* [What to work on]
Which lines of the data contain the string "part"? Copy every one of them.

═════ Material supplied ═════

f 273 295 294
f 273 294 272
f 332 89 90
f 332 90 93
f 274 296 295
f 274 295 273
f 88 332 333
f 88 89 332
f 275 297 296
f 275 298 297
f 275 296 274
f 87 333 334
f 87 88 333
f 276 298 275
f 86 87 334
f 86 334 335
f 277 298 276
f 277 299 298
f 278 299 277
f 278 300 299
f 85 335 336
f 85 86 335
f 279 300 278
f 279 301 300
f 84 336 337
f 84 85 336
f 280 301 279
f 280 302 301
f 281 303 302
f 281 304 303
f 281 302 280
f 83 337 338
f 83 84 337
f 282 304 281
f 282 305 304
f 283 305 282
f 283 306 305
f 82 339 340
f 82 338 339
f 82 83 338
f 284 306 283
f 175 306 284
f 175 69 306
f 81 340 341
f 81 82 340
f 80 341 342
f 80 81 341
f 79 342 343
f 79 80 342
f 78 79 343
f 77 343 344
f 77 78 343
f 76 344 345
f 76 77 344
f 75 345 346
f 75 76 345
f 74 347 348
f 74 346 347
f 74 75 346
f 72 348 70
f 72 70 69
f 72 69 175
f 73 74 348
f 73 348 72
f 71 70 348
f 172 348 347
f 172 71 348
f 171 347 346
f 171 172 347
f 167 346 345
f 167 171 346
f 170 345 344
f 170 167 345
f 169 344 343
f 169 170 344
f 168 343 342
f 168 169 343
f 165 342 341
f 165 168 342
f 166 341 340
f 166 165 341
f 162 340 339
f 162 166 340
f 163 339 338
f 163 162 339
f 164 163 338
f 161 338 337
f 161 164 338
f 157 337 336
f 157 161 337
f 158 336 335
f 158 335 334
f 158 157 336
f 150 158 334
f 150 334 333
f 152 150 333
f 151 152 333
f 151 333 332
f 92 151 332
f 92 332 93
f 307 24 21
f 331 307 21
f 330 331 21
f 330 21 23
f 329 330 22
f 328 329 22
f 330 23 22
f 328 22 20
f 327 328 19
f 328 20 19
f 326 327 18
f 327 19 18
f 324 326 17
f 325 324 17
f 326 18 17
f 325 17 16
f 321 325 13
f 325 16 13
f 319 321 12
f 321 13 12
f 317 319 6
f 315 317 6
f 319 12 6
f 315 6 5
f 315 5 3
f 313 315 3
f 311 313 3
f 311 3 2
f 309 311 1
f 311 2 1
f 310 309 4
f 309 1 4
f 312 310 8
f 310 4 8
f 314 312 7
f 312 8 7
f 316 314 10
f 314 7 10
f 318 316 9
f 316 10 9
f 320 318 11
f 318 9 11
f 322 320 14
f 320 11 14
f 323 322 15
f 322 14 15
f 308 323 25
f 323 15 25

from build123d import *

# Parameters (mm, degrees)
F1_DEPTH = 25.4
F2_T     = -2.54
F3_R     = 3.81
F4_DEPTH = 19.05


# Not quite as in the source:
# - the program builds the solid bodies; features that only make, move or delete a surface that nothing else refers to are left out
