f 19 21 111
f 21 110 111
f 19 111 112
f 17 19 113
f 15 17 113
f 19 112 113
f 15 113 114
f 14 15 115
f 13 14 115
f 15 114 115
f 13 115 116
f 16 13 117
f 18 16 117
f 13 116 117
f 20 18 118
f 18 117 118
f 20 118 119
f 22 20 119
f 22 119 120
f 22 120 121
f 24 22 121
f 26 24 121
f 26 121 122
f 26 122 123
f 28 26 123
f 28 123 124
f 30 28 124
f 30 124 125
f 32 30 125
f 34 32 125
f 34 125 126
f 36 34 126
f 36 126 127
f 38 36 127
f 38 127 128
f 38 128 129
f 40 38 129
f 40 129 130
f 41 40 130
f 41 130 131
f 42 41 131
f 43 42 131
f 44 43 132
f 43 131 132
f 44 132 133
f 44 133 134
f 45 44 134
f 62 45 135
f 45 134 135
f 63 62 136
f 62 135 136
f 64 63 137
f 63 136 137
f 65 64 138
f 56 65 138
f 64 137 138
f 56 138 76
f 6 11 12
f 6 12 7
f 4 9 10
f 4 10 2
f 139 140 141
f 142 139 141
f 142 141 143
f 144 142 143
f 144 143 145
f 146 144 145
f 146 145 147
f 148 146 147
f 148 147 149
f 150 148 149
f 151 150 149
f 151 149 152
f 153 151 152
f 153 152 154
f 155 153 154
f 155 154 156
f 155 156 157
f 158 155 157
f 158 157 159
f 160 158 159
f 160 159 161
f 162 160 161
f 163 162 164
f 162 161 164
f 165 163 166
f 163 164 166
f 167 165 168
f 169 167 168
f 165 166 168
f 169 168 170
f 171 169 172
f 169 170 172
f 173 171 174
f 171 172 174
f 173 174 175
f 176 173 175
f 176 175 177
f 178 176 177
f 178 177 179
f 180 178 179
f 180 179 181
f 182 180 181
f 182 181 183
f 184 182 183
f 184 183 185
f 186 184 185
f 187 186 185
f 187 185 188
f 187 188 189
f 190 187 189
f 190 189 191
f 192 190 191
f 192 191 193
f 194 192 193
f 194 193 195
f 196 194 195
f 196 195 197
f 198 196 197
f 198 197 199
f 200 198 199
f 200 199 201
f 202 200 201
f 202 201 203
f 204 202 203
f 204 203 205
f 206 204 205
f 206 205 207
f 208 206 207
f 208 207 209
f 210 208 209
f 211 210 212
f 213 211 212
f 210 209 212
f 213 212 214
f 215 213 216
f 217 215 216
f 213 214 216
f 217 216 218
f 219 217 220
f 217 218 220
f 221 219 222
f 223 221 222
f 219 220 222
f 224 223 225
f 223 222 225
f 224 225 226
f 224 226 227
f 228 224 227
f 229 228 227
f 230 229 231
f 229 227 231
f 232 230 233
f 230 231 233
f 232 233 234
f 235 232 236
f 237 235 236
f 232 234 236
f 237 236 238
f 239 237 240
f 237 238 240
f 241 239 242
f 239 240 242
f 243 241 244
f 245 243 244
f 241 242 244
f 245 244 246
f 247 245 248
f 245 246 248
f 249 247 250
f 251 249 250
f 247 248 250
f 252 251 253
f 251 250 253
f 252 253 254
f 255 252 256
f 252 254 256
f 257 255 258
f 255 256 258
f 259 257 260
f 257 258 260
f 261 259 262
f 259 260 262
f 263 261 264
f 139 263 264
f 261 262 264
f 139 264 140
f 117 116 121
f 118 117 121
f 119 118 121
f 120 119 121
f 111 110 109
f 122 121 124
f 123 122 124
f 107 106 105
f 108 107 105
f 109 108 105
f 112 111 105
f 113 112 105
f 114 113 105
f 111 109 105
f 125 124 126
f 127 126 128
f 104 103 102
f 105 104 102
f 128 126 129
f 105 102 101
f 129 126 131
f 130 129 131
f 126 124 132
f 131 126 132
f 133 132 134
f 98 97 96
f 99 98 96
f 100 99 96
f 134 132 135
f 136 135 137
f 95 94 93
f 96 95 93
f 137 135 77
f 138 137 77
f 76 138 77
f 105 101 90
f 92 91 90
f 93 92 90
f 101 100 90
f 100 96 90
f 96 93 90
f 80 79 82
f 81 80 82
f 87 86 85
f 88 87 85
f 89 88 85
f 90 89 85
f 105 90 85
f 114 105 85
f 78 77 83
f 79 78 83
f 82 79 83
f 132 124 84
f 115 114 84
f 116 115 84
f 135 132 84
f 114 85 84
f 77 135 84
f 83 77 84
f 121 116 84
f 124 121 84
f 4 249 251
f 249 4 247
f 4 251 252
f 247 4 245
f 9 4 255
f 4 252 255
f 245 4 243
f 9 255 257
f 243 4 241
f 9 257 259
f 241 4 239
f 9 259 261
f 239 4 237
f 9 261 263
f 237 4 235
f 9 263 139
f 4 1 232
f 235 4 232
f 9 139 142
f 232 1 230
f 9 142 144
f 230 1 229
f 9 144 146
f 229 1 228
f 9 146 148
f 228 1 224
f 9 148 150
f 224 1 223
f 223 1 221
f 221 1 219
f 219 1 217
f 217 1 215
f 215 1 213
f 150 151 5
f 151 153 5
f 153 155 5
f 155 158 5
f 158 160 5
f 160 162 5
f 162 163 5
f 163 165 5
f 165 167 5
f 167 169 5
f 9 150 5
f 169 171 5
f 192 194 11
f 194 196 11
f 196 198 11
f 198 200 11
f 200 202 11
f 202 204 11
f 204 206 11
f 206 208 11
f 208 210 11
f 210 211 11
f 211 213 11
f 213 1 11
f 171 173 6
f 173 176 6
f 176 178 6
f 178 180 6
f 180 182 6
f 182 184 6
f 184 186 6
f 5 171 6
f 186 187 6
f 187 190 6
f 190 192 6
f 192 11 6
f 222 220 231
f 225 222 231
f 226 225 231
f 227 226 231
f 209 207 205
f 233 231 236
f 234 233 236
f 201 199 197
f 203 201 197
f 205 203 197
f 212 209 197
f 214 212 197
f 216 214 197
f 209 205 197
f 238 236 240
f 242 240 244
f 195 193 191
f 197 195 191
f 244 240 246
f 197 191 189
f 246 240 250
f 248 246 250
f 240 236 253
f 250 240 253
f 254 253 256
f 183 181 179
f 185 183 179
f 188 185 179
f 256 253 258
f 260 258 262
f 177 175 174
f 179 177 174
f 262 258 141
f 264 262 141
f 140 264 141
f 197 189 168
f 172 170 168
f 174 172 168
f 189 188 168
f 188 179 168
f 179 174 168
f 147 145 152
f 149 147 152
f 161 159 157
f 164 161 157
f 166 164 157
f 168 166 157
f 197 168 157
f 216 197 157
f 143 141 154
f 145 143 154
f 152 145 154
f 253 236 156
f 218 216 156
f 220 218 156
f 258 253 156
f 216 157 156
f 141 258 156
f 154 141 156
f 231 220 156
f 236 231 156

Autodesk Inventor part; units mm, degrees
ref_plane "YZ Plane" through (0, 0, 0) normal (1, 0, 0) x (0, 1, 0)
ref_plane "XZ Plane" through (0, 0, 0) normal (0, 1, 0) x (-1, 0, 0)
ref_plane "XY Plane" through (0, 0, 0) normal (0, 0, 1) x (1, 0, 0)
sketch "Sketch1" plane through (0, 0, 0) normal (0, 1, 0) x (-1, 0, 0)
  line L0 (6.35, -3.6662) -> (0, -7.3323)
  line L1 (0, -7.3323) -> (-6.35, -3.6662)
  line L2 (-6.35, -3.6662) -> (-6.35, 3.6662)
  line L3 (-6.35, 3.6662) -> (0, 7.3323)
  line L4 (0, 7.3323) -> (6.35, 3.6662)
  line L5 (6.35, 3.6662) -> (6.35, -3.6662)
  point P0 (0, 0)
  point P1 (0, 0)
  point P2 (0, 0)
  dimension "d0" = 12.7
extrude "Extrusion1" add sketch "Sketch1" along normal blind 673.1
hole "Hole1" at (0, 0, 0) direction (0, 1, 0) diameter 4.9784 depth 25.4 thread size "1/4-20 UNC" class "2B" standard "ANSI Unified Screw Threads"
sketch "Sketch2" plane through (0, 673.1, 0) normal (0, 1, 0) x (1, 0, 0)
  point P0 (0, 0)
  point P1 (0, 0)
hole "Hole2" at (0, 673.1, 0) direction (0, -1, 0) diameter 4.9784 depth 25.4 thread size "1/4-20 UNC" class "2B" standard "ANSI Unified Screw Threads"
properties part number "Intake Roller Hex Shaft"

═════

* [Answer for the task]
Autodesk Inventor part; units mm, degrees
properties part number "Intake Roller Hex Shaft"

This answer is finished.